McGaughran had given a presentation in February, and introduced an ordinance that would ban smoking in borough parks. Concerns over a lack of a police force, and the ability to enforce such a ban derailed any further action.

Thirteen of the 25 municipalities in Sussex County have ordinances banning outdoor smoking, including Vernon and Wantage.

“I know nothing has happened with the ordinance,” McGaughran said. “I heard there was some issues with enforcement. I can tell you, with coordinating this grant over eight counties in northern New Jersey, the towns that do have smoke-free ordinances report that they are self-enforcing.”

McGaughran cited a meeting with Vernon Mayor Harry Shortway, were he said that the town didn’t have any problems with enforcing the outdoor smoking ban. That a sign saying no-smoking was usually enough of a deterrent.
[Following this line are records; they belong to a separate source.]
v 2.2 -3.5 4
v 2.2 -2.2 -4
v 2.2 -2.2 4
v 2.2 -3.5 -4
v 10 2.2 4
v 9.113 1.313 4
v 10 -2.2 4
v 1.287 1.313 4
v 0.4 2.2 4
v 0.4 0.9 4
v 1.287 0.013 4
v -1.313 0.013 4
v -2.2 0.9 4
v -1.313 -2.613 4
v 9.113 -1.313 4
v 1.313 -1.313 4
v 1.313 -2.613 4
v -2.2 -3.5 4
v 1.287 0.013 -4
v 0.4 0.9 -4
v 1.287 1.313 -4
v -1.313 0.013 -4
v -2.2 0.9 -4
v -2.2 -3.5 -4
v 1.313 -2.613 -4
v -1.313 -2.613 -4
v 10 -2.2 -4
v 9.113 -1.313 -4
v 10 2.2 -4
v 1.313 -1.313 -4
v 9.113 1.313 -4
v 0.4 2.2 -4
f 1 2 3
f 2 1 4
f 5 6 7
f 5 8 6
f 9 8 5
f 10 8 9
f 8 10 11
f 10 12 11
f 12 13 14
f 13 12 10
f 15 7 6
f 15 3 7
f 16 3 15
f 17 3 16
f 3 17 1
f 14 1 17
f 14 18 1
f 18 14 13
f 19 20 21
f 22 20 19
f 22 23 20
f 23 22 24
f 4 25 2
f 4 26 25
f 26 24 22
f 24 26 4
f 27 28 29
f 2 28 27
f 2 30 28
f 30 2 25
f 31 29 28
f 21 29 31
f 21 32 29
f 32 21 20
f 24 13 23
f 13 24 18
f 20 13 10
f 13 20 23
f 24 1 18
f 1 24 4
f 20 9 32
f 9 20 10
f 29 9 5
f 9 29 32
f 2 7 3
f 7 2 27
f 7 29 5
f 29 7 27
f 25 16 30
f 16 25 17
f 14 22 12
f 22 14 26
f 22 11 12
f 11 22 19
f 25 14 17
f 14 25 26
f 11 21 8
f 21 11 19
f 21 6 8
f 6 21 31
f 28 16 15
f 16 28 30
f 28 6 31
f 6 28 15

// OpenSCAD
outerWidth = 4.4;
cableEndWidth = 3.8;
plugWidth = 2.6;
height = 8;
cableEndHeight=0;
pins=[-1,0,0,0];

difference(){
        
    for (a = [ 0 : 1 : len(pins) - 1 ]){
        translate([a*plugWidth,pins[a]*0.5*plugWidth,-0.5*cableEndHeight]){
            cube([outerWidth, outerWidth, height], center=true);
            
            if(cableEndHeight > 0){
                translate([0,0,0.5*(height + cableEndHeight)]){
                       cube([cableEndWidth, cableEndWidth, cableEndHeight], center=true);
                }
            }
        }
    }

    for (a = [ 0 : 1 : len(pins) - 1 ]){
        translate([a*plugWidth,pins[a]*0.5*plugWidth,0]){
            cube([plugWidth*1.01, plugWidth*1.01, (height + cableEndHeight)*1.1], center=true);
        }
    }

}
The council, who have been debating safety issues concerning Deckertown Park, located on Main Street, and parking enforcement on mainstreet, immediately questioned the borough's ability to enforce a smoking ban.

“Do other municipalities have police departments,” Sussex Mayor Katherine Little immediately asked?

“Some do, and some don’t,” McGaughran tried to explain. “The idea is to have a smoke-free environment. That doesn’t mean we can stop all smoking. The no-smoking signs are self-enforcing, they work on their own.”

Mayor Little, who claimed to never have smoked, said she is on oxygen as a result of secondhand smoke.

“I never smoked a day in my life, but I was around people who smoked,” Little said.

“I am in favor of restricting the smoking,” Little said, “however it is going to be a problem enforcing it.”

The council agreed to write an ordinance to vote on at a later date, but seemed very uninterested in any measure they could not enforce without a police presence to write tickets.